How often do we warn our children to stay away from strangers but are we that much vigilant when it comes to the content they watch or listen to on digital media? Harmful digital content is no less dangerous than hostile strangers.
Our children are growing up digital. Shunning digital media is not an option. Smart parenting is! We should encourage children to adopt healthy practices of digital media and the internet. Also, children should feel free and safe to share their digital world with us.
Top 5 hacks for parenting Gen Y netizens are as follows:
Media use plan for a family: Decisions about children should be taken based on family values and rationality. Parenting styles are also great influencers. Never compromise your family values, rationality and parenting style for media or trending stuff. Make a proper media plan for your family where you put a cap on the screen time! Practice it yourself. Set examples before your children so that they can learn by mimicking you. Put aside time for life’s most important activities like family-time, face-to-face interactions, sleep, exercise, outdoor-play and storybook reading.
No preferential treatment for the media: Be it the real or the virtual world, parental control and guidance are equally applicable. Set the screen time limit. Know the associations kept by your children in the virtual world. Keep a tab on the apps, software and online platforms used by your children. Know how they spend time online. Also watch out for the websites that your children visit frequently.
Sharing screen time with children: You can bond over screen time too. Co-view and co-engage while children spend time on screen. Make it lively interactive sessions. Ask questions to children and let them answer and vice versa. Enquiry-based interactions drive natural learning. Play healthy video games. Demonstrate sportsmanship. Watch fun moral stories to sensitise children about empathy and human values. Participate in online fun activities devised for parents and children. Vigilance should be balanced with friendly interactions. This helps create a sense of security in children. They don’t think twice about sharing their online experiences with parents.
Precious face-to-face interactions: Video chat is the only option left for on-job-travelling parents or far away grandparents. Rest should indulge in two-way, face-to-face communication. Back-and-forth talk time is the bedrock of language development. Young children develop their language skills through two-way interactions rather than one-way interaction or passive listening. Eye contact with the interacting person is an essential aspect of personality development. Video chats cannot add a human touch to the overall interactive experience.
Technology as an emotional pacifier: Parents should know how to channelize the boundless energy of children. Technology shouldn’t be the only tool to pacify emotional outbursts of children. Parents should teach children to identify raw emotions and on how to handle them effectively. Yoga, pranayama and meditation workshops for children and teens conducted by the proficient teachers of the Art of Living can fill up their free hours with productive activities. Youngsters will learn how to manage stress and anxiety. They can improve their power of concentration and complete their daily activities more skillfully, and in less time than before. The workshops also boost communication and leadership skills in children.
Technology is not a bane for humans. Ethical use of technology is a boon for all age groups.
FAQ's on Hacks for Parenting
Parenting hacks are the quick shortcut solution to your kid's tricky problem. Co-view and co-engage while children spend time on screen. Balance vigilance with friendly interactions. It helps create a sense of security in children.
There is no ‘hardest’ parenting age. Over time, things that started with difficulty become easy, but replaced with other challenges.
There is no ‘stressful’ age to parent. Over time, things that started with difficulty become easy but replaced with other challenges. Potty training seemed to be the stressful stage teen tantrums takes over after some time.
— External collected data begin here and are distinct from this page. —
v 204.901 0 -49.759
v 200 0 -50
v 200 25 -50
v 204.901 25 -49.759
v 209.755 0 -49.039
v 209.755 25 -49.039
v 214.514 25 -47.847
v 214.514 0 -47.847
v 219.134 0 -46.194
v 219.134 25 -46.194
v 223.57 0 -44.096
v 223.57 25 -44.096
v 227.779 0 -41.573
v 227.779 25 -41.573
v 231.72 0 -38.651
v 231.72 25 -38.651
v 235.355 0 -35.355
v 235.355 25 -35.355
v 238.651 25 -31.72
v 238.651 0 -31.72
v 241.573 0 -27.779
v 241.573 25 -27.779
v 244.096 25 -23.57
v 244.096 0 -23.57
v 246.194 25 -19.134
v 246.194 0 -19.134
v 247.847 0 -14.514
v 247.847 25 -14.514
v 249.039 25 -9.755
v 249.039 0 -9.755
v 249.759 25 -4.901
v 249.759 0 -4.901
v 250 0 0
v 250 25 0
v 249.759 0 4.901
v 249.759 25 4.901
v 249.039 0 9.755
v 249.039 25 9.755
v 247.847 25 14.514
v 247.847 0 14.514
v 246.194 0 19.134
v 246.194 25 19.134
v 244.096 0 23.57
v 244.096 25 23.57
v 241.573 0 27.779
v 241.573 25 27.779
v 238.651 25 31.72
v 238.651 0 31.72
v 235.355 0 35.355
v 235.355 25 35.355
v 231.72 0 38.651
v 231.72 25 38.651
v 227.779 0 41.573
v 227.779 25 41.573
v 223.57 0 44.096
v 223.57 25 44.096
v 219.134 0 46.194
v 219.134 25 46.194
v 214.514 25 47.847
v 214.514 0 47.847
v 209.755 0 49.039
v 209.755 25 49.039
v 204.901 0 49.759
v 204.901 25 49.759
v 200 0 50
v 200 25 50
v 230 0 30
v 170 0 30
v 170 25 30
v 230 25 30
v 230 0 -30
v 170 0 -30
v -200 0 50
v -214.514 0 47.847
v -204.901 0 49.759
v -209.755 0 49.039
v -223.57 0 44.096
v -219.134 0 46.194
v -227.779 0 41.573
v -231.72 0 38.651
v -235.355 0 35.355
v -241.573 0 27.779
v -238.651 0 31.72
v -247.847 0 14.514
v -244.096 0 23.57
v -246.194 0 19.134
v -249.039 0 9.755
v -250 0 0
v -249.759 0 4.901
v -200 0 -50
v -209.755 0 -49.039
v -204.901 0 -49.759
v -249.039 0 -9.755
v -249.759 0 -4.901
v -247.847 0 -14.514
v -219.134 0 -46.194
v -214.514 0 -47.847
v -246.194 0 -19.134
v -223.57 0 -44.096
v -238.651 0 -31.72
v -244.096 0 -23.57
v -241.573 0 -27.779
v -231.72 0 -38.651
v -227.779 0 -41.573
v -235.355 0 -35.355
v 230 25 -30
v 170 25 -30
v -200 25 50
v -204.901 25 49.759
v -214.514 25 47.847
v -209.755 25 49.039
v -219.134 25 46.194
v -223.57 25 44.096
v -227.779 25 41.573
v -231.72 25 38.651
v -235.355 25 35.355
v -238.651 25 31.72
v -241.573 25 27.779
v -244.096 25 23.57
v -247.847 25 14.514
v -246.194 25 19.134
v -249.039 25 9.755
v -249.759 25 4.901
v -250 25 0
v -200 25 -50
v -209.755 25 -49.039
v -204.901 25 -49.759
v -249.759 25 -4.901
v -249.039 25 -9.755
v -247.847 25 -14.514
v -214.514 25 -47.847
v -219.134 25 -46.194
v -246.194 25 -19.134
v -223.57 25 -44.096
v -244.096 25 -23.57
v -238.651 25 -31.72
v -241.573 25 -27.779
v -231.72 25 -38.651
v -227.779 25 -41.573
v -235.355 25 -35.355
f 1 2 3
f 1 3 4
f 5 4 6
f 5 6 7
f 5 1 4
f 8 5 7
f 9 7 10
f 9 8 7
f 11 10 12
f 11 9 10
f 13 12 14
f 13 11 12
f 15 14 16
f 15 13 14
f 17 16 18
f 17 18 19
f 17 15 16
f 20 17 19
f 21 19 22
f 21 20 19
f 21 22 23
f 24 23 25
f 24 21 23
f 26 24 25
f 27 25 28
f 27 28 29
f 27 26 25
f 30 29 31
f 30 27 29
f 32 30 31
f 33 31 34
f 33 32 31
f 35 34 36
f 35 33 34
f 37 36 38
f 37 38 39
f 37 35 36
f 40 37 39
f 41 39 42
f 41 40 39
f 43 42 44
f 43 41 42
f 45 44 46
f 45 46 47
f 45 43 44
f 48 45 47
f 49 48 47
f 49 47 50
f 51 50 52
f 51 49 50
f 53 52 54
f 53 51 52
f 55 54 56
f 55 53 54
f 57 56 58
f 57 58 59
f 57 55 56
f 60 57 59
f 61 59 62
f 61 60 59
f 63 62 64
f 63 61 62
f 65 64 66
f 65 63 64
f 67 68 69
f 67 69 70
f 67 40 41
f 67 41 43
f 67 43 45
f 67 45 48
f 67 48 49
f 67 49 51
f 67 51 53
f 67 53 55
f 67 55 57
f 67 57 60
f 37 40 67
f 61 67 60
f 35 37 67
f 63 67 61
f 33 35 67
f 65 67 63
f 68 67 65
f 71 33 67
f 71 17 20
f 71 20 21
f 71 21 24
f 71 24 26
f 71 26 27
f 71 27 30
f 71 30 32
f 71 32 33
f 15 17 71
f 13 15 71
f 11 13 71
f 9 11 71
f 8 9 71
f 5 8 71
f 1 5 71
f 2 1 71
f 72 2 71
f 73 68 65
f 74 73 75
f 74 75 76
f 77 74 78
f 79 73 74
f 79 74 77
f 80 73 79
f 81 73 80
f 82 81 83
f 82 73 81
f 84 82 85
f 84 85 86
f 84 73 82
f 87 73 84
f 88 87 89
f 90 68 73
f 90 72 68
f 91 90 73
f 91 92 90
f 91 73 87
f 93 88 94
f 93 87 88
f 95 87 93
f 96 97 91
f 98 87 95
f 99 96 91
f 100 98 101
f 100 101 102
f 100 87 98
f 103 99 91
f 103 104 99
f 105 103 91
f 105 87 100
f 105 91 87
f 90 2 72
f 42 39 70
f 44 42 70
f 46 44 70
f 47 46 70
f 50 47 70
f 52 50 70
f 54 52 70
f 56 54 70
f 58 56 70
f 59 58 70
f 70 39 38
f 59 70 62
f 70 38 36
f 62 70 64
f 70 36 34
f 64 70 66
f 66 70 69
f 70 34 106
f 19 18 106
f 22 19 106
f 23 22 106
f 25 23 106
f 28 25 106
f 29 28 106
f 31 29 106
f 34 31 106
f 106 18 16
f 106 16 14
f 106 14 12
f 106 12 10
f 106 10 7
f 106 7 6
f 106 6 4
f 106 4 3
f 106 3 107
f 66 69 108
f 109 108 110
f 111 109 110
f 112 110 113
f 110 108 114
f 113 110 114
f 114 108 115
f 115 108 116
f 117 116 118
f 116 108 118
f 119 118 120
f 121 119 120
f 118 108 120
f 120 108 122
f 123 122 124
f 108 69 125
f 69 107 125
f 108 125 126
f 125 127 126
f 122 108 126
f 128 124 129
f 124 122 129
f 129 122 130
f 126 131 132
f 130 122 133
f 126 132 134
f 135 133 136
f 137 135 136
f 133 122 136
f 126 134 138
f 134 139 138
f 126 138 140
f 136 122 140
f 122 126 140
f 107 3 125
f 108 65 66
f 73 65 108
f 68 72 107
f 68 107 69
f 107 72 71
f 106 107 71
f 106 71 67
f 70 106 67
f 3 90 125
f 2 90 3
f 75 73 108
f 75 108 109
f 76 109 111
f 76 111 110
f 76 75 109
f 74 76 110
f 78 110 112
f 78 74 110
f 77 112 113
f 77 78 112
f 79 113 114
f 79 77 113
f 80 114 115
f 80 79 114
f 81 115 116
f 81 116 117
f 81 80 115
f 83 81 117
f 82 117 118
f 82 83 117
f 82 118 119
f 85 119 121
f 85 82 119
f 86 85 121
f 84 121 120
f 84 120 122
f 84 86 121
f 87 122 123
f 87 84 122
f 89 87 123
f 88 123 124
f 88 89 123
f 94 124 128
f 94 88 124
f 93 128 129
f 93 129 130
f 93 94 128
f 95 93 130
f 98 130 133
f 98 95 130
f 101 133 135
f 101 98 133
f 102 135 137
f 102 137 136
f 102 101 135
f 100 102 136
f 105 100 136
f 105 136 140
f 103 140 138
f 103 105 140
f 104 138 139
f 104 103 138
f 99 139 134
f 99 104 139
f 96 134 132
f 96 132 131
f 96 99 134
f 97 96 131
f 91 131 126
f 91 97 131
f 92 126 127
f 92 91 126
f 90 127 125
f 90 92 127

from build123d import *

# Parameters (mm, degrees)
EXTRUDE_1_DEPTH     = 25
SKETCH_3_W          = 60
SKETCH_3_H          = 60
CUT_EXTRUDE_1_DEPTH = 25


with BuildPart() as part:
    # 草图1 → 凸台-拉伸1 (new body)
    with BuildSketch(Plane(origin=(0, 0, 0), x_dir=(1, 0, 0), z_dir=(0, 1, 0))):
        with BuildLine():
            Line((-200, 50), (200, 50))
            ThreePointArc((200, 50), (250, 0), (200, -50))
            Line((200, -50), (-200, -50))
            ThreePointArc((-200, -50), (-250, 0), (-200, 50))
        make_face()
    extrude(amount=EXTRUDE_1_DEPTH)

    # 草图3 → 切除-拉伸1 (cut)
    with BuildSketch(Plane.XZ):
        with Locations((200, 0)):
            Rectangle(SKETCH_3_W, SKETCH_3_H)
    extrude(amount=-CUT_EXTRUDE_1_DEPTH, mode=Mode.SUBTRACT)


solid = part.part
There is no particular stage of life as the ‘most difficult' in parenting. Over time, things that started with difficulty become easy but replaced with other challenges. First, putting baby to sleep was difficult, then teething issues as a toddler, takes over.
The hard teenage years are between 14 - 16 years. The age when hormonal changes are at its peek. The physiological changes, peer pressure, grade performance problems, and obesity struggles get heightened.
There is no ‘hardest’ phase of parenting. Over time, things that started with difficulty become easy but replaced with other challenges. Amicably playing with friends was the hardest phase as a kid as it always ended with a fight. But later, it interchanges with boredom in studies during teens be.